Note

You are reading the documentation for MMOCR 0.x, which will soon be deprecated by the end of 2022. We recommend you upgrade to MMOCR 1.0 to enjoy fruitful new features and better performance brought by OpenMMLab 2.0. Check out the maintenance plan, changelog, code and documentation of MMOCR 1.0 for more details.

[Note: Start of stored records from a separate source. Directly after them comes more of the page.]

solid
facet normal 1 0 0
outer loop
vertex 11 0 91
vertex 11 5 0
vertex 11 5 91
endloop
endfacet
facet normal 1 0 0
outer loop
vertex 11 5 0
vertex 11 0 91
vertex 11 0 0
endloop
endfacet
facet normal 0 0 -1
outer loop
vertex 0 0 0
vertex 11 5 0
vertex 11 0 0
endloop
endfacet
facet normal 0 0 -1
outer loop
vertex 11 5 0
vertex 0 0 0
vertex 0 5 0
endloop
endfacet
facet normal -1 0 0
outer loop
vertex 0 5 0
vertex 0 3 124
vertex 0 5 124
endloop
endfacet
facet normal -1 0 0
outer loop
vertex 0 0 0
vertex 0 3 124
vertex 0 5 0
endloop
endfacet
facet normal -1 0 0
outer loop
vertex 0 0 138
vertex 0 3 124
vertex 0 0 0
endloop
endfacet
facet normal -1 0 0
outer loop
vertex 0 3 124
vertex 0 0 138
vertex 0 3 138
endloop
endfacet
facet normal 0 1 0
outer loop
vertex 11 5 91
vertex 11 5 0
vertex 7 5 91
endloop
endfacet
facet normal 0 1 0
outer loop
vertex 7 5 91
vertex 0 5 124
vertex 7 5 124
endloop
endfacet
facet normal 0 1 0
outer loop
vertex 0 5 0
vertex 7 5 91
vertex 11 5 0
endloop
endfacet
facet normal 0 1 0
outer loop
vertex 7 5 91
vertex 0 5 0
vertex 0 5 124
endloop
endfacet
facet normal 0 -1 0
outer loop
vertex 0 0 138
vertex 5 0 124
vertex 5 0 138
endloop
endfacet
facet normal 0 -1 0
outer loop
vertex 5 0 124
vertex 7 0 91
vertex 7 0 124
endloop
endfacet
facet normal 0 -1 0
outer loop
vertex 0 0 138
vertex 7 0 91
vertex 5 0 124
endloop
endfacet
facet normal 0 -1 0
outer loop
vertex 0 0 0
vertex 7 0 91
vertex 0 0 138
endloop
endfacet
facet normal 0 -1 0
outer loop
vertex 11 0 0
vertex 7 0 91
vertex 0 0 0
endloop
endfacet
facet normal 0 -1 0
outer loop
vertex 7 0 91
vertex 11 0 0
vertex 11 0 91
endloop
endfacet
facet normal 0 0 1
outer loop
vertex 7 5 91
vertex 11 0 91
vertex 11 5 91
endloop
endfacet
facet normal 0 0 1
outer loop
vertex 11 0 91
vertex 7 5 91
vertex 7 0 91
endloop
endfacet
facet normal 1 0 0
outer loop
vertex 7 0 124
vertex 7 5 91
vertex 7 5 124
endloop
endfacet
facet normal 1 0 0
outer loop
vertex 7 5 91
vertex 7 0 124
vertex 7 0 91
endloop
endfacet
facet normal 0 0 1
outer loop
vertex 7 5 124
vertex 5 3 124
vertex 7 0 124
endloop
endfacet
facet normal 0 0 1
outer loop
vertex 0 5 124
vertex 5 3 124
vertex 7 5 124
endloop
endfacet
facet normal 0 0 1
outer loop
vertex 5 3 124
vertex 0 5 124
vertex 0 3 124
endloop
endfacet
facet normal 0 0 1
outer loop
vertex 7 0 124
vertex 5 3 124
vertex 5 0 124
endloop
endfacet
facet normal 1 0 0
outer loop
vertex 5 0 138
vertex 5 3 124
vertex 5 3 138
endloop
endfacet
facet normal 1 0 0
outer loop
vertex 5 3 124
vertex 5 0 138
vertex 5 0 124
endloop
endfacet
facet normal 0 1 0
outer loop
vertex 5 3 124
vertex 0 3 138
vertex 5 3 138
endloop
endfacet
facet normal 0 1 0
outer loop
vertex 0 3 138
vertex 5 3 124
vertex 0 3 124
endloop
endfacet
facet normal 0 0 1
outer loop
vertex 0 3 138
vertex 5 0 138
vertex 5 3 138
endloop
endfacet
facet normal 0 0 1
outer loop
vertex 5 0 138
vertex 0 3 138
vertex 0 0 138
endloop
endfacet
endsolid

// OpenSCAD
translate([5.5, 2.5, 3.5]) color([0.23357109614697547, 0.8647767439340015, 0.020481785066310598]) cube([11, 5, 7], center=true);
translate([5.5, 2.5, 10.5]) color([0.8852550461906246, 0.7407454042283365, 0.30244204779608386]) cube([11, 5, 7], center=true);
translate([5.5, 2.5, 17.5]) color([0.5702666361217156, 0.3326858137966755, 0.49351002171548763]) cube([11, 5, 7], center=true);
translate([5.5, 2.5, 24.5]) color([0.2620075340788589, 0.8250203378707534, 0.7724801555877414]) cube([11, 5, 7], center=true);
translate([5.5, 2.5, 31.5]) color([0.3841597274693662, 0.3836794276703801, 0.16379542381305134]) cube([11, 5, 7], center=true);
translate([5.5, 2.5, 38.5]) color([0.9355243379423083, 0.23895170008456956, 0.7294506641472926]) cube([11, 5, 7], center=true);
translate([5.5, 2.5, 45.5]) color([0.334024645801835, 0.9418620991403894, 0.4813304127593788]) cube([11, 5, 7], center=true);
translate([5.5, 2.5, 52.5]) color([0.14090487727396894, 0.8899614875266342, 0.6019667067914363]) cube([11, 5, 7], center=true);
translate([5.5, 2.5, 59.5]) color([0.08161964024263468, 0.6986964058233333, 0.8102884962164306]) cube([11, 5, 7], center=true);
translate([5.5, 2.5, 66.5]) color([0.3527718366022422, 0.03517979094215373, 0.4662789582213983]) cube([11, 5, 7], center=true);
translate([5.5, 2.5, 73.5]) color([0.458882332198567, 0.10148050986892876, 0.7781483542276006]) cube([11, 5, 7], center=true);
translate([5.5, 2.5, 80.5]) color([0.02022807324279441, 0.5983002604350479, 0.13270195297871745]) cube([11, 5, 7], center=true);
translate([5.5, 2.5, 87.5]) color([0.3239113547302247, 0.7000796910311562, 0.6489922579129634]) cube([11, 5, 7], center=true);
translate([3.5, 2.5, 92.5]) color([0.19497362064878687, 0.7834169698984913, 0.7774609885388588]) cube([7, 5, 3], center=true);
translate([3.5, 2.5, 95.5]) color([0.11099692345616674, 0.060160827712116616, 0.7008174245595068]) cube([7, 5, 3], center=true);
translate([3.5, 2.5, 98.5]) color([0.6143308403515266, 0.9339155207415325, 0.6504721799814983]) cube([7, 5, 3], center=true);
translate([3.5, 2.5, 101.5]) color([0.9694854220936419, 0.7136168898793864, 0.2963863893491513]) cube([7, 5, 3], center=true);
translate([3.5, 2.5, 104.5]) color([0.8491315553121948, 0.95846907728749, 0.38764569013819994]) cube([7, 5, 3], center=true);
translate([3.5, 2.5, 107.5]) color([0.29380353478258403, 0.7457841029207014, 0.9575468650535228]) cube([7, 5, 3], center=true);
translate([3.5, 2.5, 110.5]) color([0.98339807845839, 0.12155240415787172, 0.8604321836344089]) cube([7, 5, 3], center=true);
translate([3.5, 2.5, 113.5]) color([0.9958411320233901, 0.03818441020037311, 0.39202639046743215]) cube([7, 5, 3], center=true);
translate([3.5, 2.5, 116.5]) color([0.3715816420064585, 0.19047756087385292, 0.3565538137373233]) cube([7, 5, 3], center=true);
translate([3.5, 2.5, 119.5]) color([0.6320134108911423, 0.9564975354421206, 0.901927522825372]) cube([7, 5, 3], center=true);
translate([3.5, 2.5, 122.5]) color([0.039980675922074105, 0.2553863294502452, 0.02665600139486224]) cube([7, 5, 3], center=true);
translate([2.5, 1.5, 125.0]) color([0.5200631817170318, 0.5692567569896342, 0.8758772851227178]) cube([5, 3, 2], center=true);
translate([2.5, 1.5, 127.0]) color([0.2296552367022351, 0.7763426439418957, 0.8846860519705121]) cube([5, 3, 2], center=true);
translate([2.5, 1.5, 129.0]) color([0.6274277551427163, 0.5024128608294012, 0.5237115354844265]) cube([5, 3, 2], center=true);
translate([2.5, 1.5, 131.0]) color([0.5071067236759631, 0.9454855480301745, 0.14569042195357562]) cube([5, 3, 2], center=true);
translate([2.5, 1.5, 133.0]) color([0.8918421087116969, 0.42205651792049836, 0.08403205823715598]) cube([5, 3, 2], center=true);
translate([2.5, 1.5, 135.0]) color([0.1047646210762947, 0.06292282863863541, 0.4151614515022839]) cube([5, 3, 2], center=true);
translate([2.5, 1.5, 137.0]) color([0.15615697007089357, 0.9545538427732947, 0.7913428503775491]) cube([5, 3, 2], center=true);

Source code for mmocr.datasets.pipelines.transform_wrappers

# Copyright (c) OpenMMLab. All rights reserved.
import inspect
import random

import mmcv
import numpy as np
import torchvision.transforms as torchvision_transforms
from mmcv.utils import build_from_cfg
from mmdet.datasets.builder import PIPELINES
from mmdet.datasets.pipelines import Compose
from PIL import Image


[docs]@PIPELINES.register_module()
class OneOfWrapper:
    """Randomly select and apply one of the transforms, each with the equal
    chance.

    Warning:
        Different from albumentations, this wrapper only runs the selected
        transform, but doesn't guarantee the transform can always be applied to
        the input if the transform comes with a probability to run.

    Args:
        transforms (list[dict|callable]): Candidate transforms to be applied.
    """

    def __init__(self, transforms):
        assert isinstance(transforms, list) or isinstance(transforms, tuple)
        assert len(transforms) > 0, 'Need at least one transform.'
        self.transforms = []
        for t in transforms:
            if isinstance(t, dict):
                self.transforms.append(build_from_cfg(t, PIPELINES))
            elif callable(t):
                self.transforms.append(t)
            else:
                raise TypeError('transform must be callable or a dict')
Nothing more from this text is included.